**The problem:**
Where the line with "# Sketch1 → Boss-Extrude1 (new body)" appears below, start writing out lines exactly, and finish with the line with "Line((-10.937324628, 185), (-10.937324628, 186.197519695))", which is included; write out nothing else.

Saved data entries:
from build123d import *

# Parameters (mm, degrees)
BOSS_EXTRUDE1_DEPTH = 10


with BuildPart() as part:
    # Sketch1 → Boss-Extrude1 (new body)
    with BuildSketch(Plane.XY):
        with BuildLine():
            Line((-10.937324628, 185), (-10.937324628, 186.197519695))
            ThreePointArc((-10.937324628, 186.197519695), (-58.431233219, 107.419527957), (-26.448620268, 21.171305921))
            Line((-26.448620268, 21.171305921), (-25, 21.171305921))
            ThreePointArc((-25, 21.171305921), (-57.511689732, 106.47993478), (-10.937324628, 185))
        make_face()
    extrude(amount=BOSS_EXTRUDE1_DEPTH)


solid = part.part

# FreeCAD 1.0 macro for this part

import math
import FreeCAD as App
import Part
import Sketcher

V = App.Vector

doc = App.newDocument("Part")
body = doc.addObject("PartDesign::Body", "Body")

# Sketch on XY plane
sketch1 = body.newObject("Sketcher::SketchObject", "Sketch")
sketch1.AttachmentSupport = (doc.getObject("XY_Plane"), [""])
sketch1.MapMode = "FlatFace"
sketch1.addGeometry(Part.LineSegment(V(-10.9, 185, 0), V(-10.9, 186.2, 0)), False)
sketch1.addGeometry(Part.ArcOfCircle(Part.Circle(V(47.1, 97.5, 0), V(0, 0, 1), 106), math.radians(123), math.radians(226)), False)
sketch1.addGeometry(Part.LineSegment(V(-26.4, 21.2, 0), V(-25, 21.2, 0)), False)
sketch1.addGeometry(Part.ArcOfCircle(Part.Circle(V(47.1, 97.5, 0), V(0, 0, 1), 105), math.radians(124), math.radians(227)), False)
sketch1.addConstraint(Sketcher.Constraint("Coincident", 0, 2, 1, 1))
sketch1.addConstraint(Sketcher.Constraint("Coincident", 1, 2, 2, 1))
sketch1.addConstraint(Sketcher.Constraint("Coincident", 2, 2, 3, 2))
sketch1.addConstraint(Sketcher.Constraint("Coincident", 3, 1, 0, 1))
sketch1.addConstraint(Sketcher.Constraint("Vertical", 0))
sketch1.addConstraint(Sketcher.Constraint("Horizontal", 2))
sketch1.addConstraint(Sketcher.Constraint("Coincident", 3, 3, 1, 3))
sketch1.addConstraint(Sketcher.Constraint("Radius", 1, 106.0))
sketch1.addConstraint(Sketcher.Constraint("Radius", 3, 105.0))
sketch1.addConstraint(Sketcher.Constraint("DistanceX", 2, 2, -1, 1, 25.0))
sketch1.addConstraint(Sketcher.Constraint("DistanceY", -1, 1, 3, 1, 185.0))
sketch1.addConstraint(Sketcher.Constraint("DistanceY", -1, 1, 1, 3, 97.5))
sketch1.addConstraint(Sketcher.Constraint("DistanceX", 2, 1, 2, 2, 1.44862))
pad1 = body.newObject("PartDesign::Pad", "Pad")
pad1.Profile = sketch1
pad1.Length = 10

doc.recompute()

**Solution for this problem:**
    # Sketch1 → Boss-Extrude1 (new body)
    with BuildSketch(Plane.XY):
        with BuildLine():
            Line((-10.937324628, 185), (-10.937324628, 186.197519695))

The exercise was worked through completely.